● **Exercise instructions**
Output the entries below exactly, from the first line to the line holding "#28=LINE('',#25,#27);", both included.

----------

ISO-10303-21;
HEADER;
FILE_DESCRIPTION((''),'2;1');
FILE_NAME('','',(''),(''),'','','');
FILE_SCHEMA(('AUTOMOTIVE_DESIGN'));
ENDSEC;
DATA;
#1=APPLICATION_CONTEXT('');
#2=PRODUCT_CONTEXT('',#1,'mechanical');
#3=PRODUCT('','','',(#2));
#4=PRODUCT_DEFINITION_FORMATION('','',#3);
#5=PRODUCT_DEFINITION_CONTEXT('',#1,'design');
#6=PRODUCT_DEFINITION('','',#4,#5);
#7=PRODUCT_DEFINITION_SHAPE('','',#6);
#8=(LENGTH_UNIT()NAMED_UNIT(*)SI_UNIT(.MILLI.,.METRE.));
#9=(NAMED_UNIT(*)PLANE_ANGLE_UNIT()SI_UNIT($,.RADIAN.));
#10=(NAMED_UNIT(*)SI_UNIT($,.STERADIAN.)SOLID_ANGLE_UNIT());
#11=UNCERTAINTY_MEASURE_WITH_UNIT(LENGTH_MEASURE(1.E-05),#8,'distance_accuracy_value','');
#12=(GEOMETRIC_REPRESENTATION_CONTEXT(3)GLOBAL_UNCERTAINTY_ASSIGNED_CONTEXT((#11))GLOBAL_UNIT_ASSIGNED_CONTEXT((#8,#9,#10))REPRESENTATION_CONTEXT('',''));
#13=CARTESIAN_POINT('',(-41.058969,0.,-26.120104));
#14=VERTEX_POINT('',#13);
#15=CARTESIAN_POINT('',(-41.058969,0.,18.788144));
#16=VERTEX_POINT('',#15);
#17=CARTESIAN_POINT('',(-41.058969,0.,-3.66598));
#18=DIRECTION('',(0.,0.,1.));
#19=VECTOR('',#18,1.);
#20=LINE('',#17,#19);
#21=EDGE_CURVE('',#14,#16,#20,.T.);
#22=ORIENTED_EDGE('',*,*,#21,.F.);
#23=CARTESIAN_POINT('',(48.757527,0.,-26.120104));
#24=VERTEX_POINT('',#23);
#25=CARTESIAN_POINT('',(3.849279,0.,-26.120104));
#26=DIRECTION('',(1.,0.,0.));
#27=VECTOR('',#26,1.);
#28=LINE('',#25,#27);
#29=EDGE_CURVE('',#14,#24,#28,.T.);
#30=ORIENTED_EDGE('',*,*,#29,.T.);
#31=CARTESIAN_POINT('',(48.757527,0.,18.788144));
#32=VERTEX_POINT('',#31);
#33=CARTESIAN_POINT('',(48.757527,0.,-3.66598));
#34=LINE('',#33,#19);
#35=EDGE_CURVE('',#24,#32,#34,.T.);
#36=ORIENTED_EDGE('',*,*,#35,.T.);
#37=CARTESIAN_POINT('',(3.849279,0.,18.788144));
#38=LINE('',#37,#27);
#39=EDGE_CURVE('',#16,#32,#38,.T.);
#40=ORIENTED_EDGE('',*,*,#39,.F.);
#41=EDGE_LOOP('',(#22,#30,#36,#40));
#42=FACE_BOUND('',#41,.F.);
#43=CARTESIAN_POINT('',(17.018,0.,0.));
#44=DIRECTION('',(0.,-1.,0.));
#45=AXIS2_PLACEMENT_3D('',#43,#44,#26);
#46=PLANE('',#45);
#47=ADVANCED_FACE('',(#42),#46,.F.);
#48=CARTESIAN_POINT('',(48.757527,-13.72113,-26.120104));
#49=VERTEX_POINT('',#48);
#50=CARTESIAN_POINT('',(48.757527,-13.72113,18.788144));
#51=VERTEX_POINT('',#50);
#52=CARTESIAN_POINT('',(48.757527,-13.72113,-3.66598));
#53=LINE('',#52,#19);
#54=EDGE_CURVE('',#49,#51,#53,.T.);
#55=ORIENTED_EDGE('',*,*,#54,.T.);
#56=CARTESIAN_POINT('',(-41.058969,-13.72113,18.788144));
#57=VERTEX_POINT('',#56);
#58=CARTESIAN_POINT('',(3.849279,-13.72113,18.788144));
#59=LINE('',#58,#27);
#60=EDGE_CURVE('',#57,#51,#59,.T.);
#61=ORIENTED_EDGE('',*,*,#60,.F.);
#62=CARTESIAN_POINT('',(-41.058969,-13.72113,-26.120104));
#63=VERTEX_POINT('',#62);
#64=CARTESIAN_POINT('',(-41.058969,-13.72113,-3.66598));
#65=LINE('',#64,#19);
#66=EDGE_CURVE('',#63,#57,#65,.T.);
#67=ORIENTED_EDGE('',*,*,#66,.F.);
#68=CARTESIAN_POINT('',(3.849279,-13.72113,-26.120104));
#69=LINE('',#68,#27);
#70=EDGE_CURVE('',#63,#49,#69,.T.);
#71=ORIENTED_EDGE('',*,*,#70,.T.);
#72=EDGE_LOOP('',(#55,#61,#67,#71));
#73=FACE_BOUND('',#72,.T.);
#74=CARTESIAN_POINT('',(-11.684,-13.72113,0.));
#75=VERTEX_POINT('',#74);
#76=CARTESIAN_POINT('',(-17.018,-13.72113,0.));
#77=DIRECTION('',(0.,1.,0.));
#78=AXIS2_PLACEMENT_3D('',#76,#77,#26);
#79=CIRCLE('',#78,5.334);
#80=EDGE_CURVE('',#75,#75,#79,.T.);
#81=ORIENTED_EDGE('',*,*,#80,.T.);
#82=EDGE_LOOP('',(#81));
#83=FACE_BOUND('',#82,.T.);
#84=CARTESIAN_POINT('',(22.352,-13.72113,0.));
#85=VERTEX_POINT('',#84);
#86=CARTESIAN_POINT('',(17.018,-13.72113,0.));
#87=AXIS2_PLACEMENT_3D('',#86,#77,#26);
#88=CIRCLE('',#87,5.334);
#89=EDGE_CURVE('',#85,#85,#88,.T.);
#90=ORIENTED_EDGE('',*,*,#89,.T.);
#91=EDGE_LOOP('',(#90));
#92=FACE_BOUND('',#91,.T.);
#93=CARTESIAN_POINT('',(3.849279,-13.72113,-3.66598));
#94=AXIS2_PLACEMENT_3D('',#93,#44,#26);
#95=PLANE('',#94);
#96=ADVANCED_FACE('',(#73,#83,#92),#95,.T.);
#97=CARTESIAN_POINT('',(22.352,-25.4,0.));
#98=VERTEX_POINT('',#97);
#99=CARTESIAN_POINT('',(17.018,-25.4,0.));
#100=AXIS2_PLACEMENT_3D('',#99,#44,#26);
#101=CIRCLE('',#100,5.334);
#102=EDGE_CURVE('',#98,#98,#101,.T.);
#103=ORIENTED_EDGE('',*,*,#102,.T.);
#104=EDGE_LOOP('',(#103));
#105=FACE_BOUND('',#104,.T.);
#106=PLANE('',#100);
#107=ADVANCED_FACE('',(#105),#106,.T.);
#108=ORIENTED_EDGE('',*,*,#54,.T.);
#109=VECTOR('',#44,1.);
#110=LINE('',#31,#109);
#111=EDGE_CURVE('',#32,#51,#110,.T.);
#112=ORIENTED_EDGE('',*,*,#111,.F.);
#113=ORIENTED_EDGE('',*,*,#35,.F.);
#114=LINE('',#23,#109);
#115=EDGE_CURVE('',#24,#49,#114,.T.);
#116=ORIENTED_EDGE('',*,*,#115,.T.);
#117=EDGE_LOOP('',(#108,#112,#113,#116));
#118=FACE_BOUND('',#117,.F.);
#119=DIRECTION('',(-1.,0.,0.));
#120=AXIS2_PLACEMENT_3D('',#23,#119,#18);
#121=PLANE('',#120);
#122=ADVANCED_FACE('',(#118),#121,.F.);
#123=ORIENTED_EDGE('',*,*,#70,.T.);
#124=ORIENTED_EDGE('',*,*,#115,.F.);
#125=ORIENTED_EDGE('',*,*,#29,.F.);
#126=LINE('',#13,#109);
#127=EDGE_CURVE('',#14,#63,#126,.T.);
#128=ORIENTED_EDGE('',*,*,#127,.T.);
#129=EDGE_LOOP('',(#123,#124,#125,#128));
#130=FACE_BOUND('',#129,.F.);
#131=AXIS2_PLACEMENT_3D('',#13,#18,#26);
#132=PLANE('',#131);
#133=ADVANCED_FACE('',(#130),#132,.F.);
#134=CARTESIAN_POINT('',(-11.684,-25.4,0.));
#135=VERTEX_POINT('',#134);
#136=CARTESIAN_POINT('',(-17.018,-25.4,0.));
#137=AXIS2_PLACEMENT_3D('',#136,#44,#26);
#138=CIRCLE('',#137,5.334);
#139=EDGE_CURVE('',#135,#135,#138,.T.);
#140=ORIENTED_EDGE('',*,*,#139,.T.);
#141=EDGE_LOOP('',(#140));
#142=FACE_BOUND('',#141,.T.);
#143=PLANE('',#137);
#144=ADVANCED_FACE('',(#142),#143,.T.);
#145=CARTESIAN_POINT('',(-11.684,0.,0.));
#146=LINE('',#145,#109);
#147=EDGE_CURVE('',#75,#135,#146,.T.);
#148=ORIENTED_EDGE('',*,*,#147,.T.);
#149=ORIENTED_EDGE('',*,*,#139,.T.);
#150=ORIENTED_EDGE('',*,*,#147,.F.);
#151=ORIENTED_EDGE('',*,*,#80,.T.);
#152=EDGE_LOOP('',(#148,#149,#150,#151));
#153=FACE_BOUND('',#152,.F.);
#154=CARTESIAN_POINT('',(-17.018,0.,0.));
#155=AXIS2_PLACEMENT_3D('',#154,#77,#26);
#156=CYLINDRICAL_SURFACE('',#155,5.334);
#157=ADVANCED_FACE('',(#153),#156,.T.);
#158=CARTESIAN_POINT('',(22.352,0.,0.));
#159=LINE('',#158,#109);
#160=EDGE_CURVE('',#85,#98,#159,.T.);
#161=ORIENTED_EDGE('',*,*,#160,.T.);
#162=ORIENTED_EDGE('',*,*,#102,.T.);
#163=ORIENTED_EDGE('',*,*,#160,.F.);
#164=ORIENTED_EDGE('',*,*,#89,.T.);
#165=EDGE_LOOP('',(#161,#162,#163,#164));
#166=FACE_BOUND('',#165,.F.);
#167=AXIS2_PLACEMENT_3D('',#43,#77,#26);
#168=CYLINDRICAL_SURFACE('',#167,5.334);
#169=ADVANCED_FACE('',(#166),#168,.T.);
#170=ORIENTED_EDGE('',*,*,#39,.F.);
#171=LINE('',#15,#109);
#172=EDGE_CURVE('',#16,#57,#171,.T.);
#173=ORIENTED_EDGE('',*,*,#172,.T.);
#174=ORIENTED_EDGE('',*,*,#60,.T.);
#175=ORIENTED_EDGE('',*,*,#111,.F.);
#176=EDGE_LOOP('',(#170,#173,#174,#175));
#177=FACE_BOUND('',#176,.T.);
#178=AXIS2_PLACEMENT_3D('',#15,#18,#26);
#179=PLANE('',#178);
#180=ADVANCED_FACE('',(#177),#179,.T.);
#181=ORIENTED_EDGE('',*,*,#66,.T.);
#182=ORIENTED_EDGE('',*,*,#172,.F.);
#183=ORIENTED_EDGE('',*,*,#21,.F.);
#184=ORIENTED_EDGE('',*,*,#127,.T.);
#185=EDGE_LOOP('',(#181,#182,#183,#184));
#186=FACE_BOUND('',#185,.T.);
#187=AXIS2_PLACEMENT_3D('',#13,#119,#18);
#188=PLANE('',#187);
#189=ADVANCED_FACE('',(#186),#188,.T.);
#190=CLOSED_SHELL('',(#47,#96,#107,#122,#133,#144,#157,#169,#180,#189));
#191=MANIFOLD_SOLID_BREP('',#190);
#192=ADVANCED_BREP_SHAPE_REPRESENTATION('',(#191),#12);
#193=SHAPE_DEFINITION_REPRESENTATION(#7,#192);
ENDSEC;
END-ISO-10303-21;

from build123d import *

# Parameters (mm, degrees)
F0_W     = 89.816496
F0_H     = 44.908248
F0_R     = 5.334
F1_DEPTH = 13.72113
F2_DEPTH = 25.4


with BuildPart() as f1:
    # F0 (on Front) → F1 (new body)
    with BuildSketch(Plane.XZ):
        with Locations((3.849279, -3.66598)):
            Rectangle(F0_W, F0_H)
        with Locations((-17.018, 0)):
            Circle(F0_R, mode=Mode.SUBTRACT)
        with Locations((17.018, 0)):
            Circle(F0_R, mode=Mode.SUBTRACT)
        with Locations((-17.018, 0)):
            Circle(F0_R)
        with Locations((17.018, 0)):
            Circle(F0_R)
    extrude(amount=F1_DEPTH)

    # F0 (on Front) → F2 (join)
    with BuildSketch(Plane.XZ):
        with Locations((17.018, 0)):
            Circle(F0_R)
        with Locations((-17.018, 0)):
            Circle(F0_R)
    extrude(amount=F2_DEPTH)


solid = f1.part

----------

● **Task result**
ISO-10303-21;
HEADER;
FILE_DESCRIPTION((''),'2;1');
FILE_NAME('','',(''),(''),'','','');
FILE_SCHEMA(('AUTOMOTIVE_DESIGN'));
ENDSEC;
DATA;
#1=APPLICATION_CONTEXT('');
#2=PRODUCT_CONTEXT('',#1,'mechanical');
#3=PRODUCT('','','',(#2));
#4=PRODUCT_DEFINITION_FORMATION('','',#3);
#5=PRODUCT_DEFINITION_CONTEXT('',#1,'design');
#6=PRODUCT_DEFINITION('','',#4,#5);
#7=PRODUCT_DEFINITION_SHAPE('','',#6);
#8=(LENGTH_UNIT()NAMED_UNIT(*)SI_UNIT(.MILLI.,.METRE.));
#9=(NAMED_UNIT(*)PLANE_ANGLE_UNIT()SI_UNIT($,.RADIAN.));
#10=(NAMED_UNIT(*)SI_UNIT($,.STERADIAN.)SOLID_ANGLE_UNIT());
#11=UNCERTAINTY_MEASURE_WITH_UNIT(LENGTH_MEASURE(1.E-05),#8,'distance_accuracy_value','');
#12=(GEOMETRIC_REPRESENTATION_CONTEXT(3)GLOBAL_UNCERTAINTY_ASSIGNED_CONTEXT((#11))GLOBAL_UNIT_ASSIGNED_CONTEXT((#8,#9,#10))REPRESENTATION_CONTEXT('',''));
#13=CARTESIAN_POINT('',(-41.058969,0.,-26.120104));
#14=VERTEX_POINT('',#13);
#15=CARTESIAN_POINT('',(-41.058969,0.,18.788144));
#16=VERTEX_POINT('',#15);
#17=CARTESIAN_POINT('',(-41.058969,0.,-3.66598));
#18=DIRECTION('',(0.,0.,1.));
#19=VECTOR('',#18,1.);
#20=LINE('',#17,#19);
#21=EDGE_CURVE('',#14,#16,#20,.T.);
#22=ORIENTED_EDGE('',*,*,#21,.F.);
#23=CARTESIAN_POINT('',(48.757527,0.,-26.120104));
#24=VERTEX_POINT('',#23);
#25=CARTESIAN_POINT('',(3.849279,0.,-26.120104));
#26=DIRECTION('',(1.,0.,0.));
#27=VECTOR('',#26,1.);
#28=LINE('',#25,#27);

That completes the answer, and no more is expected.